In Dimaya, a lawful permanent resident (Dimaya) challenged his order of removal that was predicated on
a finding that his burglary conviction constituted a crime of violence under the second prong of the COV
definition, 18 U.S.C. § 16(b). In his petition for review to the Ninth Circuit, Dimaya argued that § 16(b) is
unconstitutionally vague because it has no standard to determine whether a criminal offense carries a
“substantial risk” of physical force. This ambiguity, Dimaya contended, deprived him of due process.

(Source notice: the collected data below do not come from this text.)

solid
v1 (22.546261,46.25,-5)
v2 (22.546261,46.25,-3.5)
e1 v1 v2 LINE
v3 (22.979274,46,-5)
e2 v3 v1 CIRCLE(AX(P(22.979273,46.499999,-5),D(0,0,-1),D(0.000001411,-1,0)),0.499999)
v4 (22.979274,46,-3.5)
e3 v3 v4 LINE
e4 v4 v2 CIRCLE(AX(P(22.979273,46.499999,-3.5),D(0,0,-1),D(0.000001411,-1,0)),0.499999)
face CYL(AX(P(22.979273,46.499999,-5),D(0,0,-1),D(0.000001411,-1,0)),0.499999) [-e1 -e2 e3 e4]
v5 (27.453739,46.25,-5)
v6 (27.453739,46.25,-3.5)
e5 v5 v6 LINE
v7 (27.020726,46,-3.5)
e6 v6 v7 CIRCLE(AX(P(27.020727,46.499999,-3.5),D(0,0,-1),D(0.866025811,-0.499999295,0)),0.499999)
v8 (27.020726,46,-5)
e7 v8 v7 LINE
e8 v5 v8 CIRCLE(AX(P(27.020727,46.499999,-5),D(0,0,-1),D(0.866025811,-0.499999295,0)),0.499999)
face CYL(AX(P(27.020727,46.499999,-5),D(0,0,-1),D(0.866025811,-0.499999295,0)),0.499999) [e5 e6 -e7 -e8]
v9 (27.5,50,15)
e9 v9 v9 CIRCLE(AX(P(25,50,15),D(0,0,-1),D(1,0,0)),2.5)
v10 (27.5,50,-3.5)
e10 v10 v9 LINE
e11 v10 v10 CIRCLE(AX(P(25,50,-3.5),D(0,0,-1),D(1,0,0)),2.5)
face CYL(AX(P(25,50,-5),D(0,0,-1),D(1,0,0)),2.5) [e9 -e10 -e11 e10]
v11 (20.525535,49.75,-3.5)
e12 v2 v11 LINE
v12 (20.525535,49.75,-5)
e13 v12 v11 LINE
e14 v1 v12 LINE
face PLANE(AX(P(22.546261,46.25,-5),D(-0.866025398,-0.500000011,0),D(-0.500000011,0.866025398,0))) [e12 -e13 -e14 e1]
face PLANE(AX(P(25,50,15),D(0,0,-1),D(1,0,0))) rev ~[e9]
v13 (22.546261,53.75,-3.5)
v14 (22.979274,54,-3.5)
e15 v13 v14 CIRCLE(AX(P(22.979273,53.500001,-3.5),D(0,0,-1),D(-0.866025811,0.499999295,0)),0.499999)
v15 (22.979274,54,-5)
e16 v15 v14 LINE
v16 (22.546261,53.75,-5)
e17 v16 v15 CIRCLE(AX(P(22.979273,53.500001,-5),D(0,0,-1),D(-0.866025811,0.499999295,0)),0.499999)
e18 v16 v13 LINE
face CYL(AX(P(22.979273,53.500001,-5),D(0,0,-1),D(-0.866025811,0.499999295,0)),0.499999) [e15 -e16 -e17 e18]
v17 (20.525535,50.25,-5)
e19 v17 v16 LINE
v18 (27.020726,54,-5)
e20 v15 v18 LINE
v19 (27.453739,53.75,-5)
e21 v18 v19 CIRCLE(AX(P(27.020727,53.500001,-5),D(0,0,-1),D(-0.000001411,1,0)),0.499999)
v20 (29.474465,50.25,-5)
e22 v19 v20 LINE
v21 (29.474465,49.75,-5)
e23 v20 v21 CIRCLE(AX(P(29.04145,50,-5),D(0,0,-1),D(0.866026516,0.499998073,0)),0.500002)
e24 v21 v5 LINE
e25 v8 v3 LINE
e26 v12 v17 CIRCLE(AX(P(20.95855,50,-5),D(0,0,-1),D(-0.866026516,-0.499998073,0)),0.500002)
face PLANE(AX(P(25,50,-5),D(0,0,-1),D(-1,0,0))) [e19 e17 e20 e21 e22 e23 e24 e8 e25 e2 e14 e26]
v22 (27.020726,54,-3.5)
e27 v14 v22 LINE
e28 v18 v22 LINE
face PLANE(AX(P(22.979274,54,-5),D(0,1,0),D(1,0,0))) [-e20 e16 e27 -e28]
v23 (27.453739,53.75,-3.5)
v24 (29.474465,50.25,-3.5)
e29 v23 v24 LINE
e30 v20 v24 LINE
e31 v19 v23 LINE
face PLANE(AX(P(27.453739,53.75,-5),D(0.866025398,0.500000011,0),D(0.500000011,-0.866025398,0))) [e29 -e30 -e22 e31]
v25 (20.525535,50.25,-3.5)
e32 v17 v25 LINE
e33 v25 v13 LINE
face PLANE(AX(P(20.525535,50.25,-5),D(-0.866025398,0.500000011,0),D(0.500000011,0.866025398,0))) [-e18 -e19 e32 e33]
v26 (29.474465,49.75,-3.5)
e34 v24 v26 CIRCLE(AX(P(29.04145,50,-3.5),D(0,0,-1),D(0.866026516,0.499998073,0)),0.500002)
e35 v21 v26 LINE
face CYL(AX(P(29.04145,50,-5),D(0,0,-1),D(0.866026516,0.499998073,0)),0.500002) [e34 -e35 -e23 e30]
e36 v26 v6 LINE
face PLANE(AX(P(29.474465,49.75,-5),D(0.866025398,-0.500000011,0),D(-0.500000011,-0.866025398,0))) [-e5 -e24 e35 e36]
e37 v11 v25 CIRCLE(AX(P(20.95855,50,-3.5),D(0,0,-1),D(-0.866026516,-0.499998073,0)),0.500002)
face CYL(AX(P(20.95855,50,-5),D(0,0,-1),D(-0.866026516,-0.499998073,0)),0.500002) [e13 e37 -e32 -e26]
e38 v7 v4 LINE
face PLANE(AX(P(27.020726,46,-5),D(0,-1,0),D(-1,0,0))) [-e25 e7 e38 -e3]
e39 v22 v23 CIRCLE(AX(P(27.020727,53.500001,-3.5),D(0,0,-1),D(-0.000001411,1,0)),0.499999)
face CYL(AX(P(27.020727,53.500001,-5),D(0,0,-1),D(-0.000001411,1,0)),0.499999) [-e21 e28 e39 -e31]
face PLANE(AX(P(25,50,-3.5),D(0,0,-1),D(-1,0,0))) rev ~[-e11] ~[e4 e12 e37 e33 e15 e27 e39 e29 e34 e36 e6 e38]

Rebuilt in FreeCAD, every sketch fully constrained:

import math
import FreeCAD as App
import Part
import Sketcher
from FreeCAD import Vector
Q = App.Units.Quantity

doc = App.newDocument("Part")
body = doc.addObject("PartDesign::Body", "Body")

# Sketch on XY plane
sketch1 = body.newObject("Sketcher::SketchObject", "Sketch")
sketch1.AttachmentSupport = (doc.getObject("XY_Plane"), [""])
sketch1.MapMode = "FlatFace"
sketch1.addGeometry([
    Part.LineSegment(Vector(4.47, 0.25, 0), Vector(2.45, 3.75, 0)),  # 0
    Part.ArcOfCircle(Part.Circle(Vector(2.02, 3.5, 0), Vector(0, 0, 1), 0.5), math.radians(30), math.radians(90)),  # 1
    Part.LineSegment(Vector(2.02, 4, 0), Vector(-2.02, 4, 0)),  # 2
    Part.ArcOfCircle(Part.Circle(Vector(-2.02, 3.5, 0), Vector(0, 0, 1), 0.5), math.radians(90), math.radians(150)),  # 3
    Part.LineSegment(Vector(-2.45, 3.75, 0), Vector(-4.47, 0.25, 0)),  # 4
    Part.ArcOfCircle(Part.Circle(Vector(-4.04, 0, 0), Vector(0, 0, 1), 0.5), math.radians(150), math.radians(210)),  # 5
    Part.LineSegment(Vector(-4.47, -0.25, 0), Vector(-2.45, -3.75, 0)),  # 6
    Part.ArcOfCircle(Part.Circle(Vector(-2.02, -3.5, 0), Vector(0, 0, 1), 0.5), math.radians(-150), math.radians(-90)),  # 7
    Part.LineSegment(Vector(-2.02, -4, 0), Vector(2.02, -4, 0)),  # 8
    Part.ArcOfCircle(Part.Circle(Vector(2.02, -3.5, 0), Vector(0, 0, 1), 0.5), math.radians(-90), math.radians(-30)),  # 9
    Part.LineSegment(Vector(2.45, -3.75, 0), Vector(4.47, -0.25, 0)),  # 10
    Part.ArcOfCircle(Part.Circle(Vector(4.04, 0, 0), Vector(0, 0, 1), 0.5), math.radians(-30), math.radians(30)),  # 11
], False)
sketch1.addConstraint([
    Sketcher.Constraint("Tangent", 0, 2, 1, 1),
    Sketcher.Constraint("Tangent", 1, 2, 2, 1),
    Sketcher.Constraint("Tangent", 2, 2, 3, 1),
    Sketcher.Constraint("Tangent", 3, 2, 4, 1),
    Sketcher.Constraint("Coincident", 4, 2, 5, 1),
    Sketcher.Constraint("Coincident", 5, 2, 6, 1),
    Sketcher.Constraint("Tangent", 6, 2, 7, 1),
    Sketcher.Constraint("Tangent", 7, 2, 8, 1),
    Sketcher.Constraint("Tangent", 8, 2, 9, 1),
    Sketcher.Constraint("Tangent", 9, 2, 10, 1),
    Sketcher.Constraint("Coincident", 10, 2, 11, 1),
    Sketcher.Constraint("Coincident", 11, 2, 0, 1),
    Sketcher.Constraint("Horizontal", 2),
    Sketcher.Constraint("Horizontal", 8),
    Sketcher.Constraint("Equal", 1, 3),
    Sketcher.Constraint("Equal", 3, 7),
    Sketcher.Constraint("Equal", 7, 9),
    Sketcher.Constraint("Equal", 5, 11),
    Sketcher.Constraint("Symmetric", 1, 3, 7, 3, -1, 1),
    Sketcher.Constraint("Symmetric", 5, 3, 11, 3, -1, 1),
    Sketcher.Constraint("Symmetric", 0, 2, 3, 2, -2),
    Sketcher.Constraint("Parallel", 4, 10),
    Sketcher.Constraint("Horizontal", 5, 2, 10, 2),
    Sketcher.Constraint("Horizontal", 4, 2, 11, 2),
    Sketcher.Constraint("Vertical", 4, 2, 5, 2),
    Sketcher.Constraint("Radius", 1, Q("0.499999 mm")),
    Sketcher.Constraint("Radius", 5, Q("0.500002 mm")),
    Sketcher.Constraint("Angle", 0, Q("120.000001 deg")),
    Sketcher.Constraint("DistanceY", -1, 1, 1, 2, Q("4 mm")),
    Sketcher.Constraint("DistanceY", 5, 2, 3, 2, Q("4 mm")),
    Sketcher.Constraint("DistanceX", 2, 2, 2, 1, Q("4.041452 mm")),
])
pad1 = body.newObject("PartDesign::Pad", "Pad")
pad1.Profile = sketch1
pad1.Length = 1.5
body2 = doc.addObject("PartDesign::Body", "Body001")

# Sketch on XY plane
sketch2 = body2.newObject("Sketcher::SketchObject", "Sketch001")
sketch2.AttachmentSupport = (doc.getObject("XY_Plane001"), [""])
sketch2.MapMode = "FlatFace"
sketch2.addGeometry(Part.Circle(Vector(0, 0, 0), Vector(0, 0, 1), 2.5), False)
sketch2.addConstraint([
    Sketcher.Constraint("Coincident", 0, 3, -1, 1),
    Sketcher.Constraint("Diameter", 0, Q("5 mm")),
])
pad2 = body2.newObject("PartDesign::Pad", "Pad001")
pad2.Profile = sketch2
pad2.Length = 20
doc.recompute()

boolean = body2.newObject("PartDesign::Boolean", "Boolean")
boolean.Type = "Fuse"
boolean.addObjects([body])
body3 = doc.addObject("PartDesign::Body", "Body002")
doc.recompute()

body2.Placement = App.Placement(Vector(25, 50, -5), App.Rotation(Vector(0, 0, 1), 0))
boolean2 = body3.newObject("PartDesign::Boolean", "Boolean001")
boolean2.Type = "Fuse"
boolean2.addObjects([body2])

doc.recompute()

In 2015, while Dimaya’s case was pending, the Supreme Court in Johnson v. United States held that a
similarly worded provision of the ACCA, which was employed for the purpose of imposing increased
prison sentences on certain firearm offenders convicted of a “violent felony,” was unconstitutionally
vague. Specifically, the ACCA’s multi-pronged violent felony definition included a provision covering a
felony offense that:
[I]s burglary, arson, or extortion, involves use of explosives, or otherwise involves conduct that presents a
serious potential risk of physical injury to another.
The Supreme Court in Johnson determined that the italicized language of this “residual clause” of the
violent felony definition “leaves grave uncertainty” about how to estimate the risk ordinarily posed by a
crime, and that it also has no practicable way to measure the level of risk required to meet the “serious
potential risk” threshold. The Court thus held that the residual clause “produces more unpredictability and
arbitrariness than the Due Process Clause tolerates.”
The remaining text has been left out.